My brain must be numb from the cold.

Yesterday was Predatortalk.com's birthday. We've been up and strong since Jan. 1st 2010.

Happy Birthdat PT !!!!--- and thanks to Chris Miller the creator of PT--- thanks to all our Pro Staff for all the time and effort they put towards PT--- most of all--- thank you members of PT for making our family here at PT so GREAT.

awprint:


----------



## glenway (Mar 27, 2011)

It's been a good ride.

The only thing I don't like is when people vanish.
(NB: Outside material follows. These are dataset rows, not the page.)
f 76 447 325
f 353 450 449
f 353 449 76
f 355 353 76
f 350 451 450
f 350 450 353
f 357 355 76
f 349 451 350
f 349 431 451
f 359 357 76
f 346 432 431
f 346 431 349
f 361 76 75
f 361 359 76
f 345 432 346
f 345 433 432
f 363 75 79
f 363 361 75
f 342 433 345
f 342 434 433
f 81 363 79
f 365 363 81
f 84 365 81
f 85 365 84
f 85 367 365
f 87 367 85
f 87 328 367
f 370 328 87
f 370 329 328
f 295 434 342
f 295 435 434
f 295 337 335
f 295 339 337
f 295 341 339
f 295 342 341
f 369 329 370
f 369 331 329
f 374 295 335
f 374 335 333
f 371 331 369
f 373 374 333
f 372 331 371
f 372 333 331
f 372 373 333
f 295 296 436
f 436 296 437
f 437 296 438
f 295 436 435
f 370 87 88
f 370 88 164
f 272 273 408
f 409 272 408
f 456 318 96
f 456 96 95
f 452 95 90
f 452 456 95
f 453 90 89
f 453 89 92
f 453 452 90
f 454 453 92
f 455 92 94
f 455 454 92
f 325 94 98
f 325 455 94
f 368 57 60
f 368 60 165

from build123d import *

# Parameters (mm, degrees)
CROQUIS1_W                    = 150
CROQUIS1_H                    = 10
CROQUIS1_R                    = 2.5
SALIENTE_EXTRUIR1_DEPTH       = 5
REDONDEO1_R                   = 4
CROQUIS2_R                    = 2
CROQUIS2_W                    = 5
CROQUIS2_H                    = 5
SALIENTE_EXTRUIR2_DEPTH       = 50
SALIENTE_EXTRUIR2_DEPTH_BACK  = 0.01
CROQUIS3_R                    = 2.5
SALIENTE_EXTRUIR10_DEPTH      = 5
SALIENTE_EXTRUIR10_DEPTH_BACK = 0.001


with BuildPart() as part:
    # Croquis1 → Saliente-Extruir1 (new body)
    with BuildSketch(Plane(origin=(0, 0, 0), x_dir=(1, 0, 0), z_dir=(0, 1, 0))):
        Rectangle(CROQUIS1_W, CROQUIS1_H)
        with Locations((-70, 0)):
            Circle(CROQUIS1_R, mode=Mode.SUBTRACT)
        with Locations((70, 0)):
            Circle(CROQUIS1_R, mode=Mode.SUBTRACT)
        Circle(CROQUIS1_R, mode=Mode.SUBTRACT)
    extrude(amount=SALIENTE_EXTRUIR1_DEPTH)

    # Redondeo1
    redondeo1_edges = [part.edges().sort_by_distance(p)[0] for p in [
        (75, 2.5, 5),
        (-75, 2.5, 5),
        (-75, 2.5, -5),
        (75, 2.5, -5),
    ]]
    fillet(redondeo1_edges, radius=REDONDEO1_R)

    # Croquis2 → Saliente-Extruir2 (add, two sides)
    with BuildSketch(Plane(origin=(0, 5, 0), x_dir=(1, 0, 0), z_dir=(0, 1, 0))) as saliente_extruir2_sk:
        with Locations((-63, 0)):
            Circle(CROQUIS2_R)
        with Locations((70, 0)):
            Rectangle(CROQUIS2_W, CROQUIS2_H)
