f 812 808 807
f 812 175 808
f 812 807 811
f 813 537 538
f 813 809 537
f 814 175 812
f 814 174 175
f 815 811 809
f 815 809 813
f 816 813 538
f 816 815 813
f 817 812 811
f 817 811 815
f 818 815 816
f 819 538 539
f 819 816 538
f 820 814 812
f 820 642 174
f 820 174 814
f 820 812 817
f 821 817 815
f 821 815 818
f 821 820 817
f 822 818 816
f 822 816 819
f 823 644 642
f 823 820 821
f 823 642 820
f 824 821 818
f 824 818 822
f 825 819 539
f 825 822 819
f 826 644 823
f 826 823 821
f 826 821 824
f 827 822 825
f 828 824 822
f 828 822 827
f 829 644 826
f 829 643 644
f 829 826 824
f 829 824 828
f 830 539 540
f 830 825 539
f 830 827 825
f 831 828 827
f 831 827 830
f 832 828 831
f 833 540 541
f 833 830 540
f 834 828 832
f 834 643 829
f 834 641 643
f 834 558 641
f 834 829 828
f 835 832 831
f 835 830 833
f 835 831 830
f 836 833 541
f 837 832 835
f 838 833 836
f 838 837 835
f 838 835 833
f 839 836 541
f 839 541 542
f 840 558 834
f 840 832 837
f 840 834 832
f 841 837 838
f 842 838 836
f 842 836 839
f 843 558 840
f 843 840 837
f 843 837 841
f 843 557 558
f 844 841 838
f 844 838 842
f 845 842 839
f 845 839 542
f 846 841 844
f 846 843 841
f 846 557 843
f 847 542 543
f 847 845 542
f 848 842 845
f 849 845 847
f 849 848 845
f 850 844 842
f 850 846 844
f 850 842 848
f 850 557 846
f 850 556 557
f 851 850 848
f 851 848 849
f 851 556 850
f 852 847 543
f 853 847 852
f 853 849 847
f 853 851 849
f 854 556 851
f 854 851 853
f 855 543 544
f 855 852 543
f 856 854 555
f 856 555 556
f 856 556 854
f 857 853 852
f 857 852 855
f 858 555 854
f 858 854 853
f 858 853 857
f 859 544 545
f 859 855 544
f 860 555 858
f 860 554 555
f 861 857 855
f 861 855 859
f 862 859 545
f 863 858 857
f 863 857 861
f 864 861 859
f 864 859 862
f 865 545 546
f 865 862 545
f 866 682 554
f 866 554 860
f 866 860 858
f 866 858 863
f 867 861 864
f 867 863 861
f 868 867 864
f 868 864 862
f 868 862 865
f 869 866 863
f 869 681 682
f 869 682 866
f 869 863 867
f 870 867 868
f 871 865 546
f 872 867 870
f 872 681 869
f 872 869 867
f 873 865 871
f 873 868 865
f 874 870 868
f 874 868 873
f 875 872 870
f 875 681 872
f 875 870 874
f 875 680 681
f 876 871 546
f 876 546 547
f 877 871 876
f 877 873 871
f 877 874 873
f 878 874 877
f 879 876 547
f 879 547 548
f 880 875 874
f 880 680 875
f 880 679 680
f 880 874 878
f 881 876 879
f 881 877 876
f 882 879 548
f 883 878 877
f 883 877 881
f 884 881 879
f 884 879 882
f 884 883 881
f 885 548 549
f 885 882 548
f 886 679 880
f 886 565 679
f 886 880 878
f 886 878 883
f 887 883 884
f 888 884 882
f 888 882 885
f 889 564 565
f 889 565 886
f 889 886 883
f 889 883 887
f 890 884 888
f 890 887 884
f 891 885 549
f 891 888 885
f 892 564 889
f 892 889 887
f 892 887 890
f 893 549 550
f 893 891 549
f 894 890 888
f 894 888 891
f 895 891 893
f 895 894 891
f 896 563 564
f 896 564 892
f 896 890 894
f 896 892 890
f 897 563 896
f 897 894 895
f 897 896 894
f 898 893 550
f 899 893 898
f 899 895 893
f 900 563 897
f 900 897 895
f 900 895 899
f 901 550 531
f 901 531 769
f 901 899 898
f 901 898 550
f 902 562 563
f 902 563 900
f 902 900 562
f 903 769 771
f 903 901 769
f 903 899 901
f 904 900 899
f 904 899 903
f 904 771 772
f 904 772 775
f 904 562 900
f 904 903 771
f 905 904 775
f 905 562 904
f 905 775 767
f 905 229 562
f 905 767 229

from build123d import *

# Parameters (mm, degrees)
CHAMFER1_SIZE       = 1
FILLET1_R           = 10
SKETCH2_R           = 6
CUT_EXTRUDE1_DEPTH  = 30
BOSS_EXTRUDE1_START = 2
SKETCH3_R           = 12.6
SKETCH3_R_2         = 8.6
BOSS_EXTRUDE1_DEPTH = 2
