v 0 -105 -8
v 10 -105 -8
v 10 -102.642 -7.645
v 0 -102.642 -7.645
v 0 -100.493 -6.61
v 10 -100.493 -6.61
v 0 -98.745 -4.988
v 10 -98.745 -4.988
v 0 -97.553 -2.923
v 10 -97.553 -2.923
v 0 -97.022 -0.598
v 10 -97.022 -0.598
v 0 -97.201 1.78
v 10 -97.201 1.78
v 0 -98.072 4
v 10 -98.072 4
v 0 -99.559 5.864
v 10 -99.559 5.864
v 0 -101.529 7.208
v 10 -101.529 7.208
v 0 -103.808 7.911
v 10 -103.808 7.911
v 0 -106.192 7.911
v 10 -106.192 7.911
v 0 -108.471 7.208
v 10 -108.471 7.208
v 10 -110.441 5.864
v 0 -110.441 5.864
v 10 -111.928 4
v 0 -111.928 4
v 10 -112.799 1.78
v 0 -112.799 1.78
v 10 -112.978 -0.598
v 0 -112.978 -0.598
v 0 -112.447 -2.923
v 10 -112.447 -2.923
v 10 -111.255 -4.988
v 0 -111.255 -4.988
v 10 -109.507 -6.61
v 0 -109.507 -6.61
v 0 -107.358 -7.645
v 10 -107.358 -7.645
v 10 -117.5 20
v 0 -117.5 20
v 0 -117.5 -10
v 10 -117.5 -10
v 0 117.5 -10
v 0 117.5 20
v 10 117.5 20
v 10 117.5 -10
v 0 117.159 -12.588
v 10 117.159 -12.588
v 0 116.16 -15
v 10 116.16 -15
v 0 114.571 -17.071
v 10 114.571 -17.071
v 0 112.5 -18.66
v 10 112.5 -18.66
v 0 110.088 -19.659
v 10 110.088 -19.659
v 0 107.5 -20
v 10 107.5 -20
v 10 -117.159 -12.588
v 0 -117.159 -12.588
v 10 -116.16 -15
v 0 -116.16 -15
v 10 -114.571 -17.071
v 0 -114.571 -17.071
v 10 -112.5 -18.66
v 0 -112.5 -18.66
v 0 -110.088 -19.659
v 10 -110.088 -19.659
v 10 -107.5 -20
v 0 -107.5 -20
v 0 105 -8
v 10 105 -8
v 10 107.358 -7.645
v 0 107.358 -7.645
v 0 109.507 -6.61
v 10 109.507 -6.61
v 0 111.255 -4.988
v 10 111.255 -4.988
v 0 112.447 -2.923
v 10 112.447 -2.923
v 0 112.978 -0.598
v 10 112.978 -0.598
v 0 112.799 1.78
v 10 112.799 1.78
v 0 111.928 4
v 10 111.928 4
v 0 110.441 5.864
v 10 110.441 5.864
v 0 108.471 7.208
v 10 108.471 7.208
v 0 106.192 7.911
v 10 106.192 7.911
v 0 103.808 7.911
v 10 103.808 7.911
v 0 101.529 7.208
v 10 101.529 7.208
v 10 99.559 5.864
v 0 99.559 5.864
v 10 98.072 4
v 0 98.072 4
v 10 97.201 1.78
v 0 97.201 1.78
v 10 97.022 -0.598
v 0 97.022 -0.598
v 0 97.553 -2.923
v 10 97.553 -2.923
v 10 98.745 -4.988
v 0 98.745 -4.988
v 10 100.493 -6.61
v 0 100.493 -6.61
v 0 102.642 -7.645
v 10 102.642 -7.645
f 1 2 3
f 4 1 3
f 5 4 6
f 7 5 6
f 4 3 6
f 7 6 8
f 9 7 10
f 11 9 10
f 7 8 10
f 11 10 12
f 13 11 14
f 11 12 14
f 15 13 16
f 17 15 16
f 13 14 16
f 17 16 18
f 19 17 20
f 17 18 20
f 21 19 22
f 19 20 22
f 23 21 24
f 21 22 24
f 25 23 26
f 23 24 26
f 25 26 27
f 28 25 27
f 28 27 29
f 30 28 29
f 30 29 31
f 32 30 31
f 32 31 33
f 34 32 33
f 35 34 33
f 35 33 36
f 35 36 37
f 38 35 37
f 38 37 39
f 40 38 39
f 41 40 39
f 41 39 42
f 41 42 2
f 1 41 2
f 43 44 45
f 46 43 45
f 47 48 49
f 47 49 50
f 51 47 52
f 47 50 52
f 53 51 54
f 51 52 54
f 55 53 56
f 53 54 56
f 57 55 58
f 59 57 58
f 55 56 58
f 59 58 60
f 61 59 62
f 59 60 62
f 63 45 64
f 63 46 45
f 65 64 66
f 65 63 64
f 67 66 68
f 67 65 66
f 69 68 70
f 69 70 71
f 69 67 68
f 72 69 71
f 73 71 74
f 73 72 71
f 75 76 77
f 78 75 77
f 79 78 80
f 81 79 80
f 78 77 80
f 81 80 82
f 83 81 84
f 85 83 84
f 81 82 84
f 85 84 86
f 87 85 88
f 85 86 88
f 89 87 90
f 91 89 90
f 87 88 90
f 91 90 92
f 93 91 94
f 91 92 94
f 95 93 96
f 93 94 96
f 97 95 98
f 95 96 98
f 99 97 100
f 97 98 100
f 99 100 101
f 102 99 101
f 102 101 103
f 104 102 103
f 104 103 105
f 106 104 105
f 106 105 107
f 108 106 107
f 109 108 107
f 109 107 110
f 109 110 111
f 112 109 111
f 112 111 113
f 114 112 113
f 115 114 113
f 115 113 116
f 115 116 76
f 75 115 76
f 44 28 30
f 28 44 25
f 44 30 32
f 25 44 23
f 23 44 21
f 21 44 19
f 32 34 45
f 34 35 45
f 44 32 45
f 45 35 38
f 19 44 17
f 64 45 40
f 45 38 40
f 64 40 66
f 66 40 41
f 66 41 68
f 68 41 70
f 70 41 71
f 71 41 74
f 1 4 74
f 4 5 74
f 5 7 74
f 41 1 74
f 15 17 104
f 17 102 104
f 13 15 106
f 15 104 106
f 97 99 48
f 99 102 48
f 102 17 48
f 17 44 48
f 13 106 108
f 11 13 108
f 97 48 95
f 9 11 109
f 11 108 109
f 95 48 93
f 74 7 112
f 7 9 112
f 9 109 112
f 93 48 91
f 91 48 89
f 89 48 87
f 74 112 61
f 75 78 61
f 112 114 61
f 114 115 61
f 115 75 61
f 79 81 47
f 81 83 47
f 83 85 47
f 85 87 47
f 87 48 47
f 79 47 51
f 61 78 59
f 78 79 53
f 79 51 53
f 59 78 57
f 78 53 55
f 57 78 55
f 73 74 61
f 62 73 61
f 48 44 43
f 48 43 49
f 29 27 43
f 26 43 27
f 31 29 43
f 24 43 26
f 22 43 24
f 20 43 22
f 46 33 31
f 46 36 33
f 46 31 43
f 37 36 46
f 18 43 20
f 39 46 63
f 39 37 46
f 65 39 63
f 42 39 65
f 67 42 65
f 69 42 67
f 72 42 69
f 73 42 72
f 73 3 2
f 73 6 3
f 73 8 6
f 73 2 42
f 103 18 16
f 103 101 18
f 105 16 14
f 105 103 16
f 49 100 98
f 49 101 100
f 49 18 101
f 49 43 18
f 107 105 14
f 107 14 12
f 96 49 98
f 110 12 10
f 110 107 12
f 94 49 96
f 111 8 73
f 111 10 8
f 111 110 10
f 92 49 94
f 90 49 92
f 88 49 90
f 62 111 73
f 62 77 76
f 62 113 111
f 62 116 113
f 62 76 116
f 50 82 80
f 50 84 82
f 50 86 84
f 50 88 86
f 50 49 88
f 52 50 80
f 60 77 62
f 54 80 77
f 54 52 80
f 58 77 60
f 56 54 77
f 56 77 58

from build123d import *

# Parameters (mm, degrees)
SKIZZE1_W                       = 40
SKIZZE1_H                       = 235
AUFSATZ_LINEAR_AUSTRAGEN1_DEPTH = 10
SKIZZE2_R                       = 8
SCHNITT_LINEAR_AUSTRAGEN1_DEPTH = 120.608737139
VERRUNDUNG1_R                   = 10


with BuildPart() as part:
    # Skizze1 → Aufsatz-Linear austragen1 (new body)
    with BuildSketch(Plane(origin=(0, 0, 0), x_dir=(0, 0, -1), z_dir=(1, 0, 0))):
        Rectangle(SKIZZE1_W, SKIZZE1_H)
    extrude(amount=AUFSATZ_LINEAR_AUSTRAGEN1_DEPTH)

    # Skizze2 → Schnitt-Linear austragen1 (cut, through all)
    with BuildSketch(Plane(origin=(10, 0, 0), x_dir=(0, 0, -1), z_dir=(1, 0, 0))):
        with Locations((0, 105)):
            Circle(SKIZZE2_R)
        with Locations((0, -105)):
            Circle(SKIZZE2_R)
    extrude(amount=-SCHNITT_LINEAR_AUSTRAGEN1_DEPTH, mode=Mode.SUBTRACT)

    # Verrundung1
    verrundung1_edges = [part.edges().sort_by_distance(p)[0] for p in [
        (5, -117.5, -20),
        (5, 117.5, -20),
    ]]
    fillet(verrundung1_edges, radius=VERRUNDUNG1_R)


solid = part.part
However, some good ol' boy always seems to take their place.

Carry on PT!


----------



## hassell (Feb 9, 2010)

glenway said:


> It's been a good ride.
> 
> The only thing I don't like is when people vanish. However, some good ol' boy always seems to take their place.
> 
> Carry on PT!


 You must have been thinking about JT as vanishing seems to be his specialty. HA !!


----------



## hassell (Feb 9, 2010)

Yes Happy Birthday PT, glad to be here. There are some great members that have been here since day 1, thanks for your continued support. To all members who support our PT family another big Thank You.


----------



## Ruger (Jan 22, 2011)

A great site, happy birthday to all Pt members, great job to the pro -staff has done.


----------



## kiyote (Jun 15, 2014)

great site. may it still be around in the 22nd century


----------



## SWAMPBUCK10PT (Apr 5, 2010)

*HAPPY BIRTHDAY-------PT---------*


----------



## azpredatorhunter (Jul 24, 2012)

Happy B-Day PT... and Thanx to all of you who keep it going.


----------



## youngdon (Mar 10, 2010)

Thanks for posting this Cat !

I for one am glad to be part of such a fine group. One of my favorite things about this site is the respect that it's members have for each other. No weiner fights !


----------



## 220swift (Mar 2, 2011)

​​Happy Birthday PT!!!!!​


----------



## dwtrees (Mar 5, 2012)

:that:

We are now 5, oh to be young again. lol


----------